▶ **Work order**
Using the records below, quote only the span that opens with the line containing "v -0.399 1.175 0.001" and closes with the line containing "v -0.21 1.1 0.301", exactly and inclusively.

[Stored items]

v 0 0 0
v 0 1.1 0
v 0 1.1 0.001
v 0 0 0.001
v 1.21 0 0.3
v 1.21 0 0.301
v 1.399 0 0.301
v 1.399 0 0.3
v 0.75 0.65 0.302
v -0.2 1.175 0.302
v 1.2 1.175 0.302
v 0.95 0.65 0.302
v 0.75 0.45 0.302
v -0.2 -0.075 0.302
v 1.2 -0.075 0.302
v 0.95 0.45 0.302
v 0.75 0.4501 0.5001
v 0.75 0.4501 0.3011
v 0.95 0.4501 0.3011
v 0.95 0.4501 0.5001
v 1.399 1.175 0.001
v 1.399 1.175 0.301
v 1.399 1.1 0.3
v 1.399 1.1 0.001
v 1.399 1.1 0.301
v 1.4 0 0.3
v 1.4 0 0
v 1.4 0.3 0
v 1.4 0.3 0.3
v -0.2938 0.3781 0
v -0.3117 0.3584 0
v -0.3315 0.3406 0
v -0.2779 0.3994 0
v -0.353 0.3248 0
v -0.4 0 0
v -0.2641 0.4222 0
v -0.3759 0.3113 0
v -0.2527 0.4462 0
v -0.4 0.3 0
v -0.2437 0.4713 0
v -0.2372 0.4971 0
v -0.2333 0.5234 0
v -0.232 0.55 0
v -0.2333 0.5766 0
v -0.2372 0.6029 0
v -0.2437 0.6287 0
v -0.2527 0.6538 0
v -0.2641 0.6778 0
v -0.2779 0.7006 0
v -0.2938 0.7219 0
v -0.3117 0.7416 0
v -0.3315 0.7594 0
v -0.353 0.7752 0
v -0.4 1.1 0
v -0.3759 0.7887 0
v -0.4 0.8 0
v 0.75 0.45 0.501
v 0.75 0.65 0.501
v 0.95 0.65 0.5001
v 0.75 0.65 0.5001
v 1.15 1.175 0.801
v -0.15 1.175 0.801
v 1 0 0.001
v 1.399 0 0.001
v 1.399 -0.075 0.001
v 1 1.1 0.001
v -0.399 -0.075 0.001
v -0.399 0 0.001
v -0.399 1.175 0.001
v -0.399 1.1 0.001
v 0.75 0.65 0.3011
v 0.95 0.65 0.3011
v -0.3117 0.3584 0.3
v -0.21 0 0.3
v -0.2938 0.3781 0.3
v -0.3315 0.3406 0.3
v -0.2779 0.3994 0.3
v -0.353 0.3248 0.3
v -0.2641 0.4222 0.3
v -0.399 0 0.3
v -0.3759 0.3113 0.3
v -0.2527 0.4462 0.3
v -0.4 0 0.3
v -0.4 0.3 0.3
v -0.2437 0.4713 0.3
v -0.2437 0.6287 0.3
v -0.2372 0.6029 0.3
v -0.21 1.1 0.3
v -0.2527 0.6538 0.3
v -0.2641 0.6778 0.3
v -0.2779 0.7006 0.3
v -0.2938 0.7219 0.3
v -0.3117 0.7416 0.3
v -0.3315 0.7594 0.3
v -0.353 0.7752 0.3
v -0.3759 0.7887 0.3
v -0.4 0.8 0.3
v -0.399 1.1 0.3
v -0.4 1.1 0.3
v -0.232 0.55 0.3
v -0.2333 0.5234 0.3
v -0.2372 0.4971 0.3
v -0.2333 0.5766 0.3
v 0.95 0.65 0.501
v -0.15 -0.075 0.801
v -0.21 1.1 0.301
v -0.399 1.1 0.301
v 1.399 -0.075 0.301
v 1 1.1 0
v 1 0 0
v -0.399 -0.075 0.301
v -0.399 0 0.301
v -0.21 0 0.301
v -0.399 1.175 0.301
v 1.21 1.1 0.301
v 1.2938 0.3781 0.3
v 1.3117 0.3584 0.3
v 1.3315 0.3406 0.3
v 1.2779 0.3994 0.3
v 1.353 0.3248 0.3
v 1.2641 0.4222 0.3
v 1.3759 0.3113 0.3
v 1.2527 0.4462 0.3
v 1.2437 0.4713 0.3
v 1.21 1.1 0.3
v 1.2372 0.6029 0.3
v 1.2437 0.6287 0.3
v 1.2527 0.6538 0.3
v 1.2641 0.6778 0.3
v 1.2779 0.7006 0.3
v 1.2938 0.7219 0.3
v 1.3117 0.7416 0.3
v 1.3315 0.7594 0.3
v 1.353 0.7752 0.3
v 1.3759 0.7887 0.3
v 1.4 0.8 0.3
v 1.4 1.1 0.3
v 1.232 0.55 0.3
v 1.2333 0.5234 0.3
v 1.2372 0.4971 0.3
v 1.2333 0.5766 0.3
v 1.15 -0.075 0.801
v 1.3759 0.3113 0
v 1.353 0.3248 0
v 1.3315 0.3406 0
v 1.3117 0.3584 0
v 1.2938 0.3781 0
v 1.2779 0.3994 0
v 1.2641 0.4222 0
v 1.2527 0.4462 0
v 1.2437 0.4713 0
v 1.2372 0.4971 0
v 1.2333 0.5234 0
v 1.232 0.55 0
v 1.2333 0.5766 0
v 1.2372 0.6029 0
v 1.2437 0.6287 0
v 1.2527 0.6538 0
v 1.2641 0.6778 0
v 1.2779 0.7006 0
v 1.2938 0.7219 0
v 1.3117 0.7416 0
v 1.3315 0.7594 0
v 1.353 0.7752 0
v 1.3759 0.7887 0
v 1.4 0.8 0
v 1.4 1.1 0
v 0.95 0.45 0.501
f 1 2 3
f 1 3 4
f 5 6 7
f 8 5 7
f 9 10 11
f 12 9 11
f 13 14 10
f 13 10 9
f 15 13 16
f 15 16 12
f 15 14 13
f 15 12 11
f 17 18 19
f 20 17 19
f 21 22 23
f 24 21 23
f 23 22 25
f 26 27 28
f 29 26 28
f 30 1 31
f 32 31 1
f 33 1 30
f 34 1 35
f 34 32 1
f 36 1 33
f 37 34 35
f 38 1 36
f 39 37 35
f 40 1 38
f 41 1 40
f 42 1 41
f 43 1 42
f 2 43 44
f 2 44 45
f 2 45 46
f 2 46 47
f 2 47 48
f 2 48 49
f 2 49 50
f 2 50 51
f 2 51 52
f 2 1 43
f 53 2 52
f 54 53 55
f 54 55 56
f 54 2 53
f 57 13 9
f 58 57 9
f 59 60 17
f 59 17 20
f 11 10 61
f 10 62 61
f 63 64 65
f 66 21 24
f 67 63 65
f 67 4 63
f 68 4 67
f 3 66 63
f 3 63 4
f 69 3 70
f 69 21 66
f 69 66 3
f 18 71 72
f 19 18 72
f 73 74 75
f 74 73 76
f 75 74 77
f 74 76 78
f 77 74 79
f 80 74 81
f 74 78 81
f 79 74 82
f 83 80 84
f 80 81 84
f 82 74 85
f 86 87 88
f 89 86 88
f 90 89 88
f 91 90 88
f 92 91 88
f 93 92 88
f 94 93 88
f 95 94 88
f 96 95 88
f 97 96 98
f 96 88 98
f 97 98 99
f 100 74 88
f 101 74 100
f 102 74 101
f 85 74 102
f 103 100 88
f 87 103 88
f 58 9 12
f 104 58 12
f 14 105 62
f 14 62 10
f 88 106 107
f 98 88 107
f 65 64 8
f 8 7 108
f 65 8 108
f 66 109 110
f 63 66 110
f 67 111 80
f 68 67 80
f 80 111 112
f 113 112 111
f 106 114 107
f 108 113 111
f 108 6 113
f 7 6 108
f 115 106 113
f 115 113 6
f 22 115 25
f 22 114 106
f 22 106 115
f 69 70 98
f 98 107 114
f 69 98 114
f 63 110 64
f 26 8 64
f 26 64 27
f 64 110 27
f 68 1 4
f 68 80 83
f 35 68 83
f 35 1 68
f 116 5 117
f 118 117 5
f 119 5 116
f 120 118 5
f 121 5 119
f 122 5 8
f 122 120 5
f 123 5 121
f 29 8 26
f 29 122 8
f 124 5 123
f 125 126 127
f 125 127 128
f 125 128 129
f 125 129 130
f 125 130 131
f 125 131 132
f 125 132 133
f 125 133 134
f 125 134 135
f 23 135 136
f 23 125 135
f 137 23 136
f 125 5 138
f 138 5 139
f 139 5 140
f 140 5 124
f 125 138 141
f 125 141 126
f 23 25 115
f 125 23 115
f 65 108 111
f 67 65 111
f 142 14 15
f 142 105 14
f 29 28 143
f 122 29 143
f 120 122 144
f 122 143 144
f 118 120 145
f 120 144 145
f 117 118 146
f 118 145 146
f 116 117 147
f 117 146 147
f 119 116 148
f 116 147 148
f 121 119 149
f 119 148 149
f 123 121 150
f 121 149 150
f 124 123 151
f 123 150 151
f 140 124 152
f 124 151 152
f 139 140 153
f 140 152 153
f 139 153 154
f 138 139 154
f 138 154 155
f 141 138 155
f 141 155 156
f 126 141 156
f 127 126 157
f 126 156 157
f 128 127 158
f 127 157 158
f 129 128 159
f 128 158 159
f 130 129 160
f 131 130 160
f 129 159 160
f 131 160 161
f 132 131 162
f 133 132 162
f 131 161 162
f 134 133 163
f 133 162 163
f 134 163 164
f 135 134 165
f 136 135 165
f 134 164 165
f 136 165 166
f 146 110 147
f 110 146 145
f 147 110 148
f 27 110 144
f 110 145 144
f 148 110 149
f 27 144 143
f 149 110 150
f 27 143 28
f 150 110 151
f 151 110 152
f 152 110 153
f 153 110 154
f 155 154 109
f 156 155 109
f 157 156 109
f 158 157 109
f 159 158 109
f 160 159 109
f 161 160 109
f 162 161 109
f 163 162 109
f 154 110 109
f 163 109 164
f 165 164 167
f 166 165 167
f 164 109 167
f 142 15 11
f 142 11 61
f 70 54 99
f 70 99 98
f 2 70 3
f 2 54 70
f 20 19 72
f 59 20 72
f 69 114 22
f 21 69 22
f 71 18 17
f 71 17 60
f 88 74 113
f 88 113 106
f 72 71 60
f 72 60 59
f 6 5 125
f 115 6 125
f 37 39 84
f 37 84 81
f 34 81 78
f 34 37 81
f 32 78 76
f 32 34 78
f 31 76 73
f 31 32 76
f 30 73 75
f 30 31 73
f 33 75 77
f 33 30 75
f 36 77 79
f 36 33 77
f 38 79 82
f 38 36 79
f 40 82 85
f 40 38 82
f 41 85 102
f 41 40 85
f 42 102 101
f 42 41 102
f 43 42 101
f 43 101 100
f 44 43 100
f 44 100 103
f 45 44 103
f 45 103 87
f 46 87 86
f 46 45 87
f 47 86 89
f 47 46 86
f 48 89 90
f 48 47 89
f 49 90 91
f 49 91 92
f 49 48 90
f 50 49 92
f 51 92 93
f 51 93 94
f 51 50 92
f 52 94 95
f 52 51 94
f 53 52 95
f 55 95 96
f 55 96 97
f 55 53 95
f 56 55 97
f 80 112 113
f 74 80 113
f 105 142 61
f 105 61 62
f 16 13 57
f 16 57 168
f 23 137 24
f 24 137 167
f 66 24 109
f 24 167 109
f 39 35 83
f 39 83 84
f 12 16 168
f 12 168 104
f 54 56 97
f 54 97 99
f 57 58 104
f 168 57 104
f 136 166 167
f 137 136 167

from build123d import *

# Parameters (mm, degrees)
EXTRUDE1_DEPTH   = 0.3
EXTRUDE1_2_DEPTH = 0.3
EXTRUDE2_START   = 0.001
EXTRUDE2_DEPTH   = 0.3
EXTRUDE3_DEPTH   = 1.25
SKETCH4_W        = 0.2
SKETCH4_H        = 0.2
EXTRUDE4_DEPTH   = 0.2
EXTRUDE5_START   = 0.0001
SKETCH5_W        = 0.1999
SKETCH5_H        = 0.1999
EXTRUDE5_DEPTH   = 0.199
SKETCH6_W        = 0.21
SKETCH6_H        = 1.1
EXTRUDE6_DEPTH   = 0.001


with BuildPart() as part:
    # Sketch1 → Extrude1 (new body)
    with BuildSketch(Plane.XY):
        with BuildLine():
            Line((0, 0), (-0.4, 0))
            Line((-0.4, 0), (-0.4, 0.3))
            ThreePointArc((-0.4, 0.3), (-0.23198039, 0.55), (-0.4, 0.8))
            Line((-0.4, 0.8), (-0.4, 1.1))
            Line((-0.4, 1.1), (0, 1.1))
            Line((0, 1.1), (0, 0))
        make_face()
    extrude(amount=EXTRUDE1_DEPTH)



with BuildPart() as body_2:
    # Sketch1 → Extrude1 2 (new body)
    with BuildSketch(Plane.XY):
        with BuildLine():
            Line((1, 0), (1.4, 0))
            Line((1.4, 0), (1.4, 0.3))
            ThreePointArc((1.4, 0.3), (1.23198039, 0.55), (1.4, 0.8))
            Line((1.4, 0.8), (1.4, 1.1))
            Line((1.4, 1.1), (1, 1.1))
            Line((1, 1.1), (1, 0))
        make_face()
    extrude(amount=EXTRUDE1_2_DEPTH)


with BuildPart() as body_3:
    # Sketch2 → Extrude2 (new body)
    with BuildSketch(Plane.XY.offset(0.3).offset(EXTRUDE2_START)):
        Polygon((-0.399, 1.1), (-0.399, 1.175), (1.399, 1.175), (1.399, 1.1), (1, 1.1), (1, 0), (1.399, 0), (1.399, -0.075), (-0.399, -0.075), (-0.399, 0), (0, 0), (0, 1.1), align=None)
    extrude(amount=-EXTRUDE2_DEPTH)


with BuildPart() as body_4:
    # Sketch3 → Extrude3 (new body)
    with BuildSketch(Plane.XZ.offset(0.075)):
        Polygon((-0.2, 0.302), (1.2, 0.302), (1.15, 0.801), (-0.15, 0.801), align=None)
    extrude(amount=-EXTRUDE3_DEPTH)

    # Sketch4 → Extrude4 (cut)
    with BuildSketch(Plane.XY.offset(0.301)):
        with Locations((0.85, 0.55)):
            Rectangle(SKETCH4_W, SKETCH4_H)
    extrude(amount=EXTRUDE4_DEPTH, mode=Mode.SUBTRACT)


with BuildPart() as body_5:
    # Sketch5 → Extrude5 (new body)
    with BuildSketch(Plane.XY.offset(0.301).offset(EXTRUDE5_START)):
        with Locations((0.85, 0.55)):
            Rectangle(SKETCH5_W, SKETCH5_H)
    extrude(amount=EXTRUDE5_DEPTH)


with BuildPart() as part_1:
    add(part.part)

    add(body_2.part)  # Extrude6 merges body 2

    add(body_3.part)  # Extrude6 merges body 3
    # Sketch6 → Extrude6 (add)
    with BuildSketch(Plane.XY.offset(0.3)):
        with Locations((1.105, 0.55)):
            Rectangle(SKETCH6_W, SKETCH6_H)
        with Locations((-0.105, 0.55)):
            Rectangle(SKETCH6_W, SKETCH6_H)
    extrude(amount=EXTRUDE6_DEPTH)


solid = Compound([body_4.part, body_5.part, part_1.part])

▶ **Answer below**
v -0.399 1.175 0.001
v -0.399 1.1 0.001
v 0.75 0.65 0.3011
v 0.95 0.65 0.3011
v -0.3117 0.3584 0.3
v -0.21 0 0.3
v -0.2938 0.3781 0.3
v -0.3315 0.3406 0.3
v -0.2779 0.3994 0.3
v -0.353 0.3248 0.3
v -0.2641 0.4222 0.3
v -0.399 0 0.3
v -0.3759 0.3113 0.3
v -0.2527 0.4462 0.3
v -0.4 0 0.3
v -0.4 0.3 0.3
v -0.2437 0.4713 0.3
v -0.2437 0.6287 0.3
v -0.2372 0.6029 0.3
v -0.21 1.1 0.3
v -0.2527 0.6538 0.3
v -0.2641 0.6778 0.3
v -0.2779 0.7006 0.3
v -0.2938 0.7219 0.3
v -0.3117 0.7416 0.3
v -0.3315 0.7594 0.3
v -0.353 0.7752 0.3
v -0.3759 0.7887 0.3
v -0.4 0.8 0.3
v -0.399 1.1 0.3
v -0.4 1.1 0.3
v -0.232 0.55 0.3
v -0.2333 0.5234 0.3
v -0.2372 0.4971 0.3
v -0.2333 0.5766 0.3
v 0.95 0.65 0.501
v -0.15 -0.075 0.801
v -0.21 1.1 0.301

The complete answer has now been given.